Solar powered clothing has its challenges, but high potential in the outdoor industry

SNEWS headed to Colorado State University to check out a student project to develop a test line of natural-fiber apparel with built-in solar panels that charge portable electronics. Read on to learn about the project's achievements, challenges and future possibilities for the outdoor industry.

A few weeks ago SNEWS highlighted a story about a group of Colorado State University students developing a test line of natural-fiber apparel with built-in solar panels that can charge portable electronics.

It’s technology of interest to the industry, with outdoor consumers increasingly bringing their electronics into the outdoors and having a growing environmental consciousness.

To find out more and see the technology in person, SNEWS headed up to Fort Collins, Colo. (about an hour north of our headquarters in Boulder). There we met up with CSU Design and Merchandising Professor Eulanda Sanders, who is working with Professor Ajoy Sarkar and four students on the project.

The effort began with a $15,000 grant from the Environmental Protection Agency and a challenge for researchers and students to come up with new ideas on how to reduce pollution.

The CSU students, Logan Garey, Anna Rieder, Jared Blumentritt and Eric Gauck, targeted apparel on two fronts. One, they wanted to figure out a way to comfortably add and integrate solar panels into the clothing; and two, they wanted to make natural-fiber clothing (such as cotton or linen) as technical as synthetic petroleum-based textiles with UV ray protection and moisture-wicking properties.

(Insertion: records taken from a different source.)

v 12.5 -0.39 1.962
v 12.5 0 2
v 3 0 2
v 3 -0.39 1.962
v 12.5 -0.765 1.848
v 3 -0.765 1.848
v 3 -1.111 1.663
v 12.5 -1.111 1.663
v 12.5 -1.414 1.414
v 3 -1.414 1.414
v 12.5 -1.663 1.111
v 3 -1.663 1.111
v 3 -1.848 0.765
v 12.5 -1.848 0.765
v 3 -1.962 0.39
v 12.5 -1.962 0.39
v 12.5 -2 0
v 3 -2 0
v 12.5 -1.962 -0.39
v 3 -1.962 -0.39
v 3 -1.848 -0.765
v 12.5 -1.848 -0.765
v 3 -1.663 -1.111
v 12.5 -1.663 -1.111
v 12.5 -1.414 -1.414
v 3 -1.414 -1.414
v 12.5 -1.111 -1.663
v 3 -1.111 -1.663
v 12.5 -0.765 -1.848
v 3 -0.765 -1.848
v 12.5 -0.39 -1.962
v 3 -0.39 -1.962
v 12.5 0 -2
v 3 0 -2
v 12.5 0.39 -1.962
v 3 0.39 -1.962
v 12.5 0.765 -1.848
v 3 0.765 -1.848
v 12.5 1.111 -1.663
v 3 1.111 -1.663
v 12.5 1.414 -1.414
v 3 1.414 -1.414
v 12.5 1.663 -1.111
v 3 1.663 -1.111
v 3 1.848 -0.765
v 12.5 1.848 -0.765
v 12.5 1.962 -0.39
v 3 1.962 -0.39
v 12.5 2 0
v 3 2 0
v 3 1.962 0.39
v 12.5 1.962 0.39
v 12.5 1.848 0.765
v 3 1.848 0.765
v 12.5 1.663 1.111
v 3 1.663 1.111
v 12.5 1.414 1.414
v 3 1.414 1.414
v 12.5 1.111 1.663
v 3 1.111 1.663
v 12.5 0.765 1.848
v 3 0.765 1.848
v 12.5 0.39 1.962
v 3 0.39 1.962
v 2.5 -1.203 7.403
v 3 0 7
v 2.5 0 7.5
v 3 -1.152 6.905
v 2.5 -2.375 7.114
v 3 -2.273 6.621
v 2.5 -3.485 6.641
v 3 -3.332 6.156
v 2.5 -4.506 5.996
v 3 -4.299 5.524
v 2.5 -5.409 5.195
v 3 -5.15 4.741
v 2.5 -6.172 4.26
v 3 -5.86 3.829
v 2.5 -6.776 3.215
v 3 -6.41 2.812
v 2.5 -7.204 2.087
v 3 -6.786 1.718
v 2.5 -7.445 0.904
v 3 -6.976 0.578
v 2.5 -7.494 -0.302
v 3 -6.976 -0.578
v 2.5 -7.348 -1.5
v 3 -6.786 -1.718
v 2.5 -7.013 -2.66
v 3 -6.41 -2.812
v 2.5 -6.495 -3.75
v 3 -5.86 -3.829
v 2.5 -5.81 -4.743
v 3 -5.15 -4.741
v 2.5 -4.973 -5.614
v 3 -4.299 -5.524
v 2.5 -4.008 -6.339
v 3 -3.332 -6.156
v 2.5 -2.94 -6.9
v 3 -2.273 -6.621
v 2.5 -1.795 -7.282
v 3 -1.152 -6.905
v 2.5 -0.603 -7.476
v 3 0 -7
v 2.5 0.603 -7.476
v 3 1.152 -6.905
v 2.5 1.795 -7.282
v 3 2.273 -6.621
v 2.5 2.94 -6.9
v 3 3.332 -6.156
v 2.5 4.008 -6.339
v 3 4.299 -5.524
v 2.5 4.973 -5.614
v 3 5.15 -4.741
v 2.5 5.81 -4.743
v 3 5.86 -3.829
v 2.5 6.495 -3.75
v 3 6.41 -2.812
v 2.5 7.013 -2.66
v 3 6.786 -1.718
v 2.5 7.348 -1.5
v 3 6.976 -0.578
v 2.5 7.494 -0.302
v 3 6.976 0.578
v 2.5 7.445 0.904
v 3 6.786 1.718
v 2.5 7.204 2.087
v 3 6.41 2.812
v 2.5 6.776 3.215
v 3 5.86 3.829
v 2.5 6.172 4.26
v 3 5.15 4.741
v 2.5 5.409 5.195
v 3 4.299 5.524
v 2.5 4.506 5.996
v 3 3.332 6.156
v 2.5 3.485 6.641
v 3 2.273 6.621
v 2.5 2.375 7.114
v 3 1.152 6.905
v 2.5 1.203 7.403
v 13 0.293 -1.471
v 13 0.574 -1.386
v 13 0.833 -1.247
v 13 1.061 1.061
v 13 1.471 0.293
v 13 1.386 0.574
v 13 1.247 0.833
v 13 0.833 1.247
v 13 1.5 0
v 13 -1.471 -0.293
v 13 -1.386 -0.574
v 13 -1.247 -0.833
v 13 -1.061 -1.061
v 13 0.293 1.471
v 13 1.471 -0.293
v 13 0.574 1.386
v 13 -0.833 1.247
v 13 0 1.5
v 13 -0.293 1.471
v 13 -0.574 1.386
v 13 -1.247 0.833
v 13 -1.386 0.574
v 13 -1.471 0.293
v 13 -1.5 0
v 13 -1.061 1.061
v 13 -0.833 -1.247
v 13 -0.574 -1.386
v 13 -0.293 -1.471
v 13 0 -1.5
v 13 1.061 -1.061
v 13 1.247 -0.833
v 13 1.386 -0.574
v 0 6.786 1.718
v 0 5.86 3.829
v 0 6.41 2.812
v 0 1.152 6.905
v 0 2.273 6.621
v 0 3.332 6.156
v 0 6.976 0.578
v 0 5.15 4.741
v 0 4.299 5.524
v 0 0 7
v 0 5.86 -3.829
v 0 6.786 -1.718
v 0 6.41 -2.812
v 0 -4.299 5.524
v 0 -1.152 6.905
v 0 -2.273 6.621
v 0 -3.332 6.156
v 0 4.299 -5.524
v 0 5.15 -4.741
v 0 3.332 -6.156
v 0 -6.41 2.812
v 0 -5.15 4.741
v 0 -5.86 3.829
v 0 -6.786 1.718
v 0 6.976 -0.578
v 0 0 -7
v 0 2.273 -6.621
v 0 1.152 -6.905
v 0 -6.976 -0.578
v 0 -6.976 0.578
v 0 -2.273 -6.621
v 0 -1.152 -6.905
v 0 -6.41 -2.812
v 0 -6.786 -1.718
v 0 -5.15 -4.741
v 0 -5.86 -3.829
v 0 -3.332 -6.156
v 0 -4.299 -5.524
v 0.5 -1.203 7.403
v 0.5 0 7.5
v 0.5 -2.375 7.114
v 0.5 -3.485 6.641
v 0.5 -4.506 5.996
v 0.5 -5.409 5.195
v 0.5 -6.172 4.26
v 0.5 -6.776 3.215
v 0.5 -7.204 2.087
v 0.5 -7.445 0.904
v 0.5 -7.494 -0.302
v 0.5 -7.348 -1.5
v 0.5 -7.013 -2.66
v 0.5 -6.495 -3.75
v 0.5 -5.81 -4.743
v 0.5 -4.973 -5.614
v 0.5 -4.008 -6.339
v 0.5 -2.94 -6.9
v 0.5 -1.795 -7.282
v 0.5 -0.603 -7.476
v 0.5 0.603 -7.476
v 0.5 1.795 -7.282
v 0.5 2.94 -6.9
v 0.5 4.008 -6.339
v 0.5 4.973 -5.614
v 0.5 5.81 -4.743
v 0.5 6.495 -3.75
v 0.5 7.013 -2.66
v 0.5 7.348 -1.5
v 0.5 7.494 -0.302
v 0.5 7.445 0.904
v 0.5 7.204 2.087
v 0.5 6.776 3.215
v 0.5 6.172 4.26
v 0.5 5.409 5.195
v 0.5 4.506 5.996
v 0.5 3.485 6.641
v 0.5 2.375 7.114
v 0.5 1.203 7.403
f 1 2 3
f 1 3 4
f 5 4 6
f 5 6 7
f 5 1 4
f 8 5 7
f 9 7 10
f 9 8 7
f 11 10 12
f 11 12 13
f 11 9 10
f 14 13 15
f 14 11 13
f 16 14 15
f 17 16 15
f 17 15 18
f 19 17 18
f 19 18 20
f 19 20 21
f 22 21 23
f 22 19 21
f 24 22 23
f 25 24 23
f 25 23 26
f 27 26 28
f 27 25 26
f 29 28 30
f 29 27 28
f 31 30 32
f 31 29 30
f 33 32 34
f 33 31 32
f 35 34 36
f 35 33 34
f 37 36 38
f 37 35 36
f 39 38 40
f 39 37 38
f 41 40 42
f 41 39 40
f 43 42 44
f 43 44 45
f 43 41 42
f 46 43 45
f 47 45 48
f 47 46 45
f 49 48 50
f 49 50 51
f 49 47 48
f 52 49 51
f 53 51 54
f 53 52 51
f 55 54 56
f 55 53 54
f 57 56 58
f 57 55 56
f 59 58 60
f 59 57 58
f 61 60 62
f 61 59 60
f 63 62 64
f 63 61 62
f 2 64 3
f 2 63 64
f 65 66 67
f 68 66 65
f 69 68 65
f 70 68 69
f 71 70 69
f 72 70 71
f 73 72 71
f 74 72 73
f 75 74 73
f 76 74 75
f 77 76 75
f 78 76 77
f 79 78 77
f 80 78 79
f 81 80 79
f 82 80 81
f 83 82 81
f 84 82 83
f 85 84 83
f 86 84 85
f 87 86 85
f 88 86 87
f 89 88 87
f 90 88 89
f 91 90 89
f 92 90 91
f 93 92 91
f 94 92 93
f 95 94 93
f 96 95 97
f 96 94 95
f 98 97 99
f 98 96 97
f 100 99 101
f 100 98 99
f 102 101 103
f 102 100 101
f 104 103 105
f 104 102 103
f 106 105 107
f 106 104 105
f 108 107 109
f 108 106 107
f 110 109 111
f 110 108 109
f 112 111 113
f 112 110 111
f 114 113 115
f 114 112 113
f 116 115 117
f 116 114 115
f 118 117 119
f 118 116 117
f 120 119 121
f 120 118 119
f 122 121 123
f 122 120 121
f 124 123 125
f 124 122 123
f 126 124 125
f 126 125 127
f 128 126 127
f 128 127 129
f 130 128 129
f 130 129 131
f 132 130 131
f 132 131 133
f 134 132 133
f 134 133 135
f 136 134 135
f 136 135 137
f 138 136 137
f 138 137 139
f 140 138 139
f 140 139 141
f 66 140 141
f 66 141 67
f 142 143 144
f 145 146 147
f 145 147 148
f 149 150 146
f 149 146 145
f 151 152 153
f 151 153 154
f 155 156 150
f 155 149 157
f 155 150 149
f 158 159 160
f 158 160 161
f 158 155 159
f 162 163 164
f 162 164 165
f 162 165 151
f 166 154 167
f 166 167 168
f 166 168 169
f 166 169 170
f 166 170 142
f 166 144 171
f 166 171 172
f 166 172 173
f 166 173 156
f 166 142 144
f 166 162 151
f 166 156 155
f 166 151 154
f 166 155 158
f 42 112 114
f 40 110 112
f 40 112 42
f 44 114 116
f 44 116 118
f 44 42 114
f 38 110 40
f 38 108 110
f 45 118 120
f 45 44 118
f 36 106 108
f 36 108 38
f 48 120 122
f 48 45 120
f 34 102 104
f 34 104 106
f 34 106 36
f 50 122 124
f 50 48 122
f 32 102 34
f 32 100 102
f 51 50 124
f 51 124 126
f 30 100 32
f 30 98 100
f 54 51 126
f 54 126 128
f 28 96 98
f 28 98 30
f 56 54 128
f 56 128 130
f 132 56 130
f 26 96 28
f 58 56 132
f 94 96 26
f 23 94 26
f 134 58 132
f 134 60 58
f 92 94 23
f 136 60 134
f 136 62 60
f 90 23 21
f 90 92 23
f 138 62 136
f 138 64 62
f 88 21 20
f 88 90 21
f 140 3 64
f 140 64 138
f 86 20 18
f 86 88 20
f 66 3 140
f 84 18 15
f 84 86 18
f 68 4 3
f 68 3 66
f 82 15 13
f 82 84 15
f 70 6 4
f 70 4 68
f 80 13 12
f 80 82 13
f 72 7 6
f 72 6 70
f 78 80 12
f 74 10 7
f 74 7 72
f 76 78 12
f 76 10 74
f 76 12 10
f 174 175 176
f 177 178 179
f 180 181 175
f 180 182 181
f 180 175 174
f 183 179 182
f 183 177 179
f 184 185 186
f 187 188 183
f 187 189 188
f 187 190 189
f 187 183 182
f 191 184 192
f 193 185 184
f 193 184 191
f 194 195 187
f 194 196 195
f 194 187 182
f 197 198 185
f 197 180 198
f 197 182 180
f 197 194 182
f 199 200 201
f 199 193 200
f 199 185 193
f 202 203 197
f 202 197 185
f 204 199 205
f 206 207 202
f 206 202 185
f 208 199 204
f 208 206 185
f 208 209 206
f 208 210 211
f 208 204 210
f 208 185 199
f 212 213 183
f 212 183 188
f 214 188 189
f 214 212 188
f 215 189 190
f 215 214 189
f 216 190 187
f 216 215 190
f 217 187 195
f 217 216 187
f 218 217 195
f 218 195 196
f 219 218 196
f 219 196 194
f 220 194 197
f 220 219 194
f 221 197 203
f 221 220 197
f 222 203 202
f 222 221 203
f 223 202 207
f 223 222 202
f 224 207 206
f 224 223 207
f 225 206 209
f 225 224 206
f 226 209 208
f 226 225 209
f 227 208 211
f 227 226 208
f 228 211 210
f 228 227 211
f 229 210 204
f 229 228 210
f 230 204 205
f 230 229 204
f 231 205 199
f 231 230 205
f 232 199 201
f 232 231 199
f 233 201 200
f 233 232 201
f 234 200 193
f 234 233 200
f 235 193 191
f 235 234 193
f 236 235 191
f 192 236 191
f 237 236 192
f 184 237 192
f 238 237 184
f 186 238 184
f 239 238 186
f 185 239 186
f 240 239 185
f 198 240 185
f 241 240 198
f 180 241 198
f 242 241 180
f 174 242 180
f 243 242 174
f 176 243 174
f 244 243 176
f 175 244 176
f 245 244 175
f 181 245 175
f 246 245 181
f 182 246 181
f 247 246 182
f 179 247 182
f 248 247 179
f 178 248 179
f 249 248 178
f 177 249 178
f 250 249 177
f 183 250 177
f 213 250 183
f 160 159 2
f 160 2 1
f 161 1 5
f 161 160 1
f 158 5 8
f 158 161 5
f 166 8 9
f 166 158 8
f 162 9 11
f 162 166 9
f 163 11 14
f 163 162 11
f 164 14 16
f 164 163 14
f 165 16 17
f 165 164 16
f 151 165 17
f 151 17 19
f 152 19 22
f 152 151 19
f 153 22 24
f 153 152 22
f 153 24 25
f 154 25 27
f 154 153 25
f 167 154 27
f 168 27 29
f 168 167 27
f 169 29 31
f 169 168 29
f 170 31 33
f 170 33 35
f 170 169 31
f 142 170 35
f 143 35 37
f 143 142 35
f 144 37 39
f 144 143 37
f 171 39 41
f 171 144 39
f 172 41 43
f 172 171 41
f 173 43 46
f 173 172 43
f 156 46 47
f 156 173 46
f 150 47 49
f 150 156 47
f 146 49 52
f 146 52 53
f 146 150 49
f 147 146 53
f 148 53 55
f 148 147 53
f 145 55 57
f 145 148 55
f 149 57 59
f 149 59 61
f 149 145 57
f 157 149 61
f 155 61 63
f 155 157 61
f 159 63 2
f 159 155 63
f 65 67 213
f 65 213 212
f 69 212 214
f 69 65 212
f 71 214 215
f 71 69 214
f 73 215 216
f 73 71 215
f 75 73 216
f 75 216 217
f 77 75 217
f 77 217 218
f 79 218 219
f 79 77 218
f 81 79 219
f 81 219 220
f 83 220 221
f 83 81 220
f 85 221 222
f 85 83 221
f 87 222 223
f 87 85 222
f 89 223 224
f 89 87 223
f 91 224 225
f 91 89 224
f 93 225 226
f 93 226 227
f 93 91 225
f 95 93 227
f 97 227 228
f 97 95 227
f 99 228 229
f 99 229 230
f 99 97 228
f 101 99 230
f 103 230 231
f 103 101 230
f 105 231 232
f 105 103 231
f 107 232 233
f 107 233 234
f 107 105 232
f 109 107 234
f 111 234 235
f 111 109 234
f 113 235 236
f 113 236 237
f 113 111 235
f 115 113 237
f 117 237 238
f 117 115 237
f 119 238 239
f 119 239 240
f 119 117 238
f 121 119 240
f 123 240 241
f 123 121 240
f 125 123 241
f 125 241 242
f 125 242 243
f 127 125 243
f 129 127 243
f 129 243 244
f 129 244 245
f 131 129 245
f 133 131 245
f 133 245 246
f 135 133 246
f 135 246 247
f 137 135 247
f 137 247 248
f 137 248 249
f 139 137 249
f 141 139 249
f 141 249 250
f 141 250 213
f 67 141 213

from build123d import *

# Parameters (mm, degrees)
CHANFREIN1_SIZE = 0.5


with BuildPart() as part:
    # Esquisse1 → Révolution1 (revolve)
    with BuildSketch(Plane.XY, mode=Mode.PRIVATE) as r_volution1_sk:
        Polygon((0, 0), (0, 7.5), (3, 7.5), (3, 2), (13, 2), (13, 0), align=None)
    revolve(r_volution1_sk.sketch.rotate(Axis((-65.170410524, 0, 0), (1, 0, 0)), 90), axis=Axis((-65.170410524, 0, 0), (1, 0, 0)))

    # Chanfrein1
    chanfrein1_edges = [part.edges().sort_by_distance(p)[0] for p in [
        (13, 0, -2),
        (3, 0, -7.5),
        (0, 0, -7.5),
    ]]
    chamfer(chanfrein1_edges, length=CHANFREIN1_SIZE)


solid = part.part
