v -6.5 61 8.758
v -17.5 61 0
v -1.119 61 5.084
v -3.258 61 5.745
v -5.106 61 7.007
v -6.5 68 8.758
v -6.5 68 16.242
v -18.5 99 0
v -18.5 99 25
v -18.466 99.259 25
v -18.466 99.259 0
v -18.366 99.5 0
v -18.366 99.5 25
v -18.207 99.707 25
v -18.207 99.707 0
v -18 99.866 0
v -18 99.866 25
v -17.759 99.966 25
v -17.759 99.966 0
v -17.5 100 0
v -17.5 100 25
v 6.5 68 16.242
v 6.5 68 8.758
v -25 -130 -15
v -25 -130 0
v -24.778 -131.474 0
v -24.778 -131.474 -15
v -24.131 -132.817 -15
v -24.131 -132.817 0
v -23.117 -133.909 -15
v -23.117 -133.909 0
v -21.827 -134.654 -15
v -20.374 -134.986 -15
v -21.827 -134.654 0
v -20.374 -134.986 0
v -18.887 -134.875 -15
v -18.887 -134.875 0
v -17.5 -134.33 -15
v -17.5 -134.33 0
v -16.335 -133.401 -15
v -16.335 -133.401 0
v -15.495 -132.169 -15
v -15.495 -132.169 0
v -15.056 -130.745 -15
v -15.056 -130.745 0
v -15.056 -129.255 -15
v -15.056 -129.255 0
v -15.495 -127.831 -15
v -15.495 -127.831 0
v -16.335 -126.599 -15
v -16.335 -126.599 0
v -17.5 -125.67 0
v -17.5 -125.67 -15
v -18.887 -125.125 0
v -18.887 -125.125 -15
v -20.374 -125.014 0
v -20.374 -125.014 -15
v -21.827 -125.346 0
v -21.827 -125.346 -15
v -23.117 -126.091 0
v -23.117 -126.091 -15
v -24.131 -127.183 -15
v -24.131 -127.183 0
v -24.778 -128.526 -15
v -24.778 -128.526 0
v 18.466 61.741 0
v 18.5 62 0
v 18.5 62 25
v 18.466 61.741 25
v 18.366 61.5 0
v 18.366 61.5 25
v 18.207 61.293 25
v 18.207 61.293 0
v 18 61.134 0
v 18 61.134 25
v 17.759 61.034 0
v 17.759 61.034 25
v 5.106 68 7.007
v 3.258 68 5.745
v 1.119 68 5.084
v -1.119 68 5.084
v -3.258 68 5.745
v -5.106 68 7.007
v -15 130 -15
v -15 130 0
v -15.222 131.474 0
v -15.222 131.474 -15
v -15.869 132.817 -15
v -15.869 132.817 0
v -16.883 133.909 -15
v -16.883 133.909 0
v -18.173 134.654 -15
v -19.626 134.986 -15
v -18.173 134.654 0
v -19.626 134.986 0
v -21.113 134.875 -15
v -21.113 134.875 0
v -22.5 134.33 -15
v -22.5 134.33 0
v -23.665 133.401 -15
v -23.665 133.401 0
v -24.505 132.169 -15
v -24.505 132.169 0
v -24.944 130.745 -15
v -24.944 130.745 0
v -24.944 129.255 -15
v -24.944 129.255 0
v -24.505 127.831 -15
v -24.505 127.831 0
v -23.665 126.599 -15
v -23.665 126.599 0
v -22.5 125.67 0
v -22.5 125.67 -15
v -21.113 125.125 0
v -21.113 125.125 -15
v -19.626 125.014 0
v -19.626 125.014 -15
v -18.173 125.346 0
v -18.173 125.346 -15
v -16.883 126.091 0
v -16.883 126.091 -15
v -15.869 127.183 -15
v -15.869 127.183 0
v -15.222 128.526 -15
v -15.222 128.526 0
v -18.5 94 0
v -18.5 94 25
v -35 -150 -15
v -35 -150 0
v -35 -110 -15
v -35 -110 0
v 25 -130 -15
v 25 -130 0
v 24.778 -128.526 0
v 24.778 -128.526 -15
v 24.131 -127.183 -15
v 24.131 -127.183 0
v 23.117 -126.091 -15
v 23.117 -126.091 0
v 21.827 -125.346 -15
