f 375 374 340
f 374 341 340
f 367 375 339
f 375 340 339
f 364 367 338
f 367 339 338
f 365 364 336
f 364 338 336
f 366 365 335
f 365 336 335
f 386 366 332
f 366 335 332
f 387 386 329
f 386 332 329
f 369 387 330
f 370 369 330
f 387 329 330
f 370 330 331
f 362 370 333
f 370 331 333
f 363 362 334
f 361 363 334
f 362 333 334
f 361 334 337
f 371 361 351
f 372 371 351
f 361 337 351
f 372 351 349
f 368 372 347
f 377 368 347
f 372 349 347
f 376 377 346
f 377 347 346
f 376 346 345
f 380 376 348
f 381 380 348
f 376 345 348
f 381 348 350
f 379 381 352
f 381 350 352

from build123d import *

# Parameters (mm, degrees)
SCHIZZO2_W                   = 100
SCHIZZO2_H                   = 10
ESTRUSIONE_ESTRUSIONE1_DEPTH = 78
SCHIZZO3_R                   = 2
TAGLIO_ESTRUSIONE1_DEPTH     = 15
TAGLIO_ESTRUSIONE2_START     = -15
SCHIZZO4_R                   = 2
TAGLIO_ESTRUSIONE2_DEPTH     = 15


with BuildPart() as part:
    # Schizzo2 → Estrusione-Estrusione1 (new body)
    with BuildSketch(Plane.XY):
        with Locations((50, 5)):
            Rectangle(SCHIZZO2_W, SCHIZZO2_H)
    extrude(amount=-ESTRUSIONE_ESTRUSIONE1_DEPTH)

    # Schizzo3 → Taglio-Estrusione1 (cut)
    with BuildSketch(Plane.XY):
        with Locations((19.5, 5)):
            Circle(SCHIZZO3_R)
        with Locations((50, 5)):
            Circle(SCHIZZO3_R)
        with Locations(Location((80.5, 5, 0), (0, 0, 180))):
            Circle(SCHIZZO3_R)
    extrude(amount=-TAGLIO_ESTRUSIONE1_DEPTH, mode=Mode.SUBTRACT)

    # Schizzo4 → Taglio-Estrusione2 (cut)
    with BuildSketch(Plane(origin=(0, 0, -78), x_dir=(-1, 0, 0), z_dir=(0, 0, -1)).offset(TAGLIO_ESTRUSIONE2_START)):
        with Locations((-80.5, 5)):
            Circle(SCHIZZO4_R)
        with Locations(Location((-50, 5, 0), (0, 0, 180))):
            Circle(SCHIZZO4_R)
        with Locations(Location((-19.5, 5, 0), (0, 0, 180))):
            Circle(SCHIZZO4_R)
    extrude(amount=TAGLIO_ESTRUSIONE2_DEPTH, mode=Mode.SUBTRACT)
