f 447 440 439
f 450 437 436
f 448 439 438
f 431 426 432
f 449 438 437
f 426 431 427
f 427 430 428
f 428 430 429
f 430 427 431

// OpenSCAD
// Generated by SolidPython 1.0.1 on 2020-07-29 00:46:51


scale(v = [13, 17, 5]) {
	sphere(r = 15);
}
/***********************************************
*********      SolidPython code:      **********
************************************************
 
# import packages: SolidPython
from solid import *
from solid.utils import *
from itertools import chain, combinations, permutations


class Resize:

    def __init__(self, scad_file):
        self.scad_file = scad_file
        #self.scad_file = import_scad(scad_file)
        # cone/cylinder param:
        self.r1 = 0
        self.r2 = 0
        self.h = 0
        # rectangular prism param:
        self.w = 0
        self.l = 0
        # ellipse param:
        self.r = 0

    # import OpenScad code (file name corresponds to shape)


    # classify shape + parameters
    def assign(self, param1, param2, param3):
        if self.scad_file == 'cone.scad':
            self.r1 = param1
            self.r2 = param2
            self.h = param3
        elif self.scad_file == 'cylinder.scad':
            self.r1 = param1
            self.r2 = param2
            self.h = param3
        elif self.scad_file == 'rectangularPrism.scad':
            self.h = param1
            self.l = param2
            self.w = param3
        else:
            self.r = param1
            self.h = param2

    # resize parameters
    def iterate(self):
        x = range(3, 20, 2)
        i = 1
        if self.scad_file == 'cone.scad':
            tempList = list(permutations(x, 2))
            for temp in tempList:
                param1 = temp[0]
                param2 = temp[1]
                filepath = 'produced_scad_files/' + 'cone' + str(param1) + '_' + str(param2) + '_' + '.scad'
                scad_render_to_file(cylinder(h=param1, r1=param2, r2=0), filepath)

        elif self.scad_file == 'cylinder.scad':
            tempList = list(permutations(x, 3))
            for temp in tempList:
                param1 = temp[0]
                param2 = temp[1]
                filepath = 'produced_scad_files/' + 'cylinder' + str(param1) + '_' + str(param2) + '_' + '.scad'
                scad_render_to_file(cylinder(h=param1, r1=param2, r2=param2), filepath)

“We’re looking at fabrics that are more sustainable but can be worn out in the sun longer,” Rieder told SNEWS. After all, if people are going to be generating solar power from their clothes, their skin would be need to be well-protected from the sun. The students treated the cotton and linen fabrics with a UV absorber, providing a wearer with sun protection about 40 percent longer than with normal fabrics, she said.

Adding the solar panels to the clothing proved to be the most challenging aspect of the project, the students said. Hurdles included finding a technology comfortable and flexible enough for clothing, integrating the wiring and electronics, finding where best to place the panels, and protecting them from the elements.

They scoured the Internet to find flexible panels, then went to work on where best to place them.

“Since we had the outdoor market in mind, the back and shoulders were out of play assuming someone was wearing a pack,” Garey told SNEWS. The students settled on placing the panels on the sleeves and sections on the front side of the apparel, and upon the hoods of jackets. They also designed helmets with incorporated solar panels.

Garey’s name might ring a bell for those in the industry. The CSU Apparel, Design and Merchandising senior partook in Project OR at Summer Market 2011, garnering the People’s Choice Award for a woman’s outdoor casual top he designed during the nonstop 48-hour student competition.

Another realization during the project was that the solar panels would have to be removable for two reasons, Blumentritt said. First, so people could wash the apparel, and second, so people could replace the technology sustainably without having to buy an entire new garment. The students designed waterproof plastic sleeves to house the solar panels.

The electrical wiring challenges were left to Gauck, a CSU civil engineer, who said he used steel thread to run the panels down to a converter (about the size the size of a deck of playing cards). The converter resides in an inside pocket and can be plugged into a phone, MP3 player or GPS.

After just one school year, the students admit there are many hurdles that remain, but they see their project as another step toward more electric clothing in the industry. They are working with CSU to patent some of their findings, and keep an eye out for any new technologies that could help advance their efforts. One such advancement comes from MIT, where researchers have developed solar cells that can be printed on fabrics.

“Technology is here to stay.” Garey said. “There are a lot of people that like to go off the beaten path, but still want to be connected to their electronics.”

Electronic apparel will most certainly have a role in the future outdoor apparel, said Lindsay Vincent, director of race and resort product at Boulder-based Spyder Active Sports. Vincent, a CSU graduate, acted as third-party consultant to the project, giving students a sounding board from someone within the industry.

As solar cells get lighter, more flexible and efficient, designers will be tasked, just like the students, to incorporate the technology into designs, Vincent told SNEWS. “You just can’t slap solar panels onto a jacket. I think we’ll see a lot more creative shapes and incorporation into the seams.”

Vincent said there’s also opportunity to tap other industries where employees spend a majority of their time outdoors, such as the military and construction services.

“We’ve already seen electronics being incorporated into outdoor gear with attached volume adjusters and heated apparel, she said. “Generating the power from the clothing is the next step.”